Timing Issue

I have two kernels that perform the same thing in slight different ways. The first kernel uses 3 floating-point arrays, whereas the second one uses one float3-point array. The main idea is to time them to determine which one is a better implementation. However, the issue is that the kernel executed first takes almost twice time than the kernel executed second.

Next are the kernels:

global void addDevice(float *A, float *B, float *C, float nStrm, float bSize, float dt) {

int tx = threadIdx.x + blockIdx.x * blockDim.x;
float a, b, c;

a = A[tx];
b = B[tx];
c = C[tx];
b = nStrm * a + (1-nStrm) * b + bSize * c * dt;

}

global void addDevice3(float3 *ABC, float nStrm, float bSize, float dt) {

int tx = threadIdx.x + blockIdx.x * blockDim.x;
float3 abc;
float b;

abc = ABC[tx];
b = nStrm * abc.x + (1-nStrm) * abc.y + bSize * abc.z * dt;

}

Say if I called first addDevice it will take aprox. 0.06 secs and the addDevice3 will take aprox 0.03, however if I called first addDevice3 it will take aprox 0.06 secs and addDevice 0.03 secs. So as I said depending on which kernel execute first it will take aproximately twice the time of the kernel executed second. I am using events to time the kernels right before the execution of every kernel, so it looks to me that I’m timing correctly.

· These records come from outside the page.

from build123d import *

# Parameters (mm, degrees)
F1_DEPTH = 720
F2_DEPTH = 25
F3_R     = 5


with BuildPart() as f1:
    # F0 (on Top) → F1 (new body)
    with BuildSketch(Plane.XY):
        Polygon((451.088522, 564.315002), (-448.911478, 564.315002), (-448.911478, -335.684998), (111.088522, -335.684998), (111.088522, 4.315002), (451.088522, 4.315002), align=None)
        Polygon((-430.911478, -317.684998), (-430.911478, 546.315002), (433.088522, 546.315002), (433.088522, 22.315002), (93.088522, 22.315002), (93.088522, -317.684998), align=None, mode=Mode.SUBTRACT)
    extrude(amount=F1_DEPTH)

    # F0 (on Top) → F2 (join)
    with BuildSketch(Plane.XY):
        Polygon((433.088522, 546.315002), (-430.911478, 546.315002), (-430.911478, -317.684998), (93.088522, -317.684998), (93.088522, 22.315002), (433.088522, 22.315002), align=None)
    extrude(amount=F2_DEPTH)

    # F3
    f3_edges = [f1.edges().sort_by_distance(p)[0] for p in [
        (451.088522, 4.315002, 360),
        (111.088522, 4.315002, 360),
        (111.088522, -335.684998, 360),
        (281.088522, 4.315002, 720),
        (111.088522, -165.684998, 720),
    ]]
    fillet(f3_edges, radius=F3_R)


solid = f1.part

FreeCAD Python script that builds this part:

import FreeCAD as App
import Part
import Sketcher


def edges_at(feature, points):
    """Names of the edges that pass closest to the given points."""
    edges = feature.Shape.Edges
    near = lambda p: min(range(len(edges)), key=lambda i: edges[i].distToShape(Part.Vertex(*p))[0])
    return sorted({f"Edge{near(p) + 1}" for p in points})

doc = App.newDocument("Part")
body = doc.addObject("PartDesign::Body", "Body")

# Sketch on XY plane
sketch1 = body.newObject("Sketcher::SketchObject", "Sketch")
sketch1.AttachmentSupport = (doc.getObject("XY_Plane"), [""])
sketch1.MapMode = "FlatFace"
sketch1.addGeometry(Part.LineSegment(App.Vector(451.088522, 564.315002, 0), App.Vector(-448.911478, 564.315002, 0)), False)
sketch1.addGeometry(Part.LineSegment(App.Vector(-448.911478, 564.315002, 0), App.Vector(-448.911478, -335.684998, 0)), False)
sketch1.addGeometry(Part.LineSegment(App.Vector(-448.911478, -335.684998, 0), App.Vector(111.088522, -335.684998, 0)), False)
sketch1.addGeometry(Part.LineSegment(App.Vector(111.088522, -335.684998, 0), App.Vector(111.088522, 4.315002, 0)), False)
sketch1.addGeometry(Part.LineSegment(App.Vector(111.088522, 4.315002, 0), App.Vector(451.088522, 4.315002, 0)), False)
sketch1.addGeometry(Part.LineSegment(App.Vector(451.088522, 4.315002, 0), App.Vector(451.088522, 564.315002, 0)), False)
sketch1.addGeometry(Part.LineSegment(App.Vector(93.088522, -317.684998, 0), App.Vector(-430.911478, -317.684998, 0)), False)
sketch1.addGeometry(Part.LineSegment(App.Vector(-430.911478, -317.684998, 0), App.Vector(-430.911478, 546.315002, 0)), False)
sketch1.addGeometry(Part.LineSegment(App.Vector(-430.911478, 546.315002, 0), App.Vector(433.088522, 546.315002, 0)), False)
sketch1.addGeometry(Part.LineSegment(App.Vector(433.088522, 546.315002, 0), App.Vector(433.088522, 22.315002, 0)), False)
sketch1.addGeometry(Part.LineSegment(App.Vector(433.088522, 22.315002, 0), App.Vector(93.088522, 22.315002, 0)), False)
sketch1.addGeometry(Part.LineSegment(App.Vector(93.088522, 22.315002, 0), App.Vector(93.088522, -317.684998, 0)), False)
sketch1.addConstraint(Sketcher.Constraint("Coincident", 0, 2, 1, 1))
sketch1.addConstraint(Sketcher.Constraint("Coincident", 1, 2, 2, 1))
sketch1.addConstraint(Sketcher.Constraint("Coincident", 2, 2, 3, 1))
sketch1.addConstraint(Sketcher.Constraint("Coincident", 3, 2, 4, 1))
sketch1.addConstraint(Sketcher.Constraint("Coincident", 4, 2, 5, 1))
sketch1.addConstraint(Sketcher.Constraint("Coincident", 5, 2, 0, 1))
sketch1.addConstraint(Sketcher.Constraint("Coincident", 6, 2, 7, 1))
sketch1.addConstraint(Sketcher.Constraint("Coincident", 7, 2, 8, 1))
sketch1.addConstraint(Sketcher.Constraint("Coincident", 8, 2, 9, 1))
sketch1.addConstraint(Sketcher.Constraint("Coincident", 9, 2, 10, 1))
sketch1.addConstraint(Sketcher.Constraint("Coincident", 10, 2, 11, 1))
sketch1.addConstraint(Sketcher.Constraint("Coincident", 11, 2, 6, 1))
sketch1.addConstraint(Sketcher.Constraint("Horizontal", 0))
sketch1.addConstraint(Sketcher.Constraint("Vertical", 1))
sketch1.addConstraint(Sketcher.Constraint("Horizontal", 2))
sketch1.addConstraint(Sketcher.Constraint("Vertical", 3))
sketch1.addConstraint(Sketcher.Constraint("Horizontal", 4))
sketch1.addConstraint(Sketcher.Constraint("Vertical", 5))
sketch1.addConstraint(Sketcher.Constraint("Horizontal", 6))
sketch1.addConstraint(Sketcher.Constraint("Vertical", 7))
sketch1.addConstraint(Sketcher.Constraint("Horizontal", 8))
sketch1.addConstraint(Sketcher.Constraint("Vertical", 9))
sketch1.addConstraint(Sketcher.Constraint("Horizontal", 10))
sketch1.addConstraint(Sketcher.Constraint("Vertical", 11))
sketch1.addConstraint(Sketcher.Constraint("Equal", 4, 10))
sketch1.addConstraint(Sketcher.Constraint("Equal", 0, 1))
sketch1.addConstraint(Sketcher.Constraint("Equal", 10, 3))
sketch1.addConstraint(Sketcher.Constraint("Equal", 8, 7))
sketch1.addConstraint(Sketcher.Constraint("Equal", 6, 9))
sketch1.addConstraint(Sketcher.Constraint("DistanceX", 0, 2, 0, 1, 900.0))
sketch1.addConstraint(Sketcher.Constraint("DistanceX", 2, 1, 2, 2, 560.0))
sketch1.addConstraint(Sketcher.Constraint("DistanceX", 6, 2, 6, 1, 524.0))
sketch1.addConstraint(Sketcher.Constraint("DistanceX", 1, 2, 6, 2, 18.0))
sketch1.addConstraint(Sketcher.Constraint("DistanceY", 1, 2, 6, 2, 18.0))
sketch1.addConstraint(Sketcher.Constraint("DistanceY", -1, 1, 0, 2, 564.315002))
sketch1.addConstraint(Sketcher.Constraint("DistanceX", 0, 2, -1, 1, 448.911478))
pad1 = body.newObject("PartDesign::Pad", "Pad")
pad1.Profile = sketch1
pad1.Length = 720

# Sketch on XY plane
sketch2 = body.newObject("Sketcher::SketchObject", "Sketch001")
sketch2.AttachmentSupport = (doc.getObject("XY_Plane"), [""])
sketch2.MapMode = "FlatFace"
sketch2.addGeometry(Part.LineSegment(App.Vector(433.088522, 546.315002, 0), App.Vector(-430.911478, 546.315002, 0)), False)
sketch2.addGeometry(Part.LineSegment(App.Vector(-430.911478, 546.315002, 0), App.Vector(-430.911478, -317.684998, 0)), False)
sketch2.addGeometry(Part.LineSegment(App.Vector(-430.911478, -317.684998, 0), App.Vector(93.088522, -317.684998, 0)), False)
sketch2.addGeometry(Part.LineSegment(App.Vector(93.088522, -317.684998, 0), App.Vector(93.088522, 22.315002, 0)), False)
sketch2.addGeometry(Part.LineSegment(App.Vector(93.088522, 22.315002, 0), App.Vector(433.088522, 22.315002, 0)), False)
sketch2.addGeometry(Part.LineSegment(App.Vector(433.088522, 22.315002, 0), App.Vector(433.088522, 546.315002, 0)), False)
sketch2.addConstraint(Sketcher.Constraint("Coincident", 0, 2, 1, 1))
sketch2.addConstraint(Sketcher.Constraint("Coincident", 1, 2, 2, 1))
sketch2.addConstraint(Sketcher.Constraint("Coincident", 2, 2, 3, 1))
sketch2.addConstraint(Sketcher.Constraint("Coincident", 3, 2, 4, 1))
sketch2.addConstraint(Sketcher.Constraint("Coincident", 4, 2, 5, 1))
sketch2.addConstraint(Sketcher.Constraint("Coincident", 5, 2, 0, 1))
sketch2.addConstraint(Sketcher.Constraint("Horizontal", 0))
sketch2.addConstraint(Sketcher.Constraint("Vertical", 1))
sketch2.addConstraint(Sketcher.Constraint("Horizontal", 2))
sketch2.addConstraint(Sketcher.Constraint("Vertical", 3))
sketch2.addConstraint(Sketcher.Constraint("Horizontal", 4))
sketch2.addConstraint(Sketcher.Constraint("Vertical", 5))
sketch2.addConstraint(Sketcher.Constraint("Equal", 0, 1))
sketch2.addConstraint(Sketcher.Constraint("Equal", 4, 3))
sketch2.addConstraint(Sketcher.Constraint("DistanceX", 0, 2, 0, 1, 864.0))
sketch2.addConstraint(Sketcher.Constraint("DistanceX", 2, 1, 2, 2, 524.0))
sketch2.addConstraint(Sketcher.Constraint("DistanceY", -1, 1, 0, 2, 546.315002))
sketch2.addConstraint(Sketcher.Constraint("DistanceX", 0, 2, -1, 1, 430.911478))
pad2 = body.newObject("PartDesign::Pad", "Pad001")
pad2.Profile = sketch2
pad2.Length = 25
doc.recompute()

fillet = body.newObject("PartDesign::Fillet", "Fillet")
fillet.Base = (pad2, edges_at(pad2, [
    (451.089, 4.315, 360),
    (111.089, 4.315, 360),
    (111.089, -335.685, 360),
    (281.089, 4.315, 720),
    (111.089, -165.685, 720),
]))
fillet.Radius = 5

doc.recompute()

As it can be seen on the kernels above, they use different arrays, so I guess caching is not helping the execution of the kernel executed second. The question is why is this thing happening ?

Thanks.

CUDA needs some kind of initialization. This happens when some first CUDA function is called. I also often see this behavior and by calling some e.g. kernel in advance of what u want to measure this should be solved.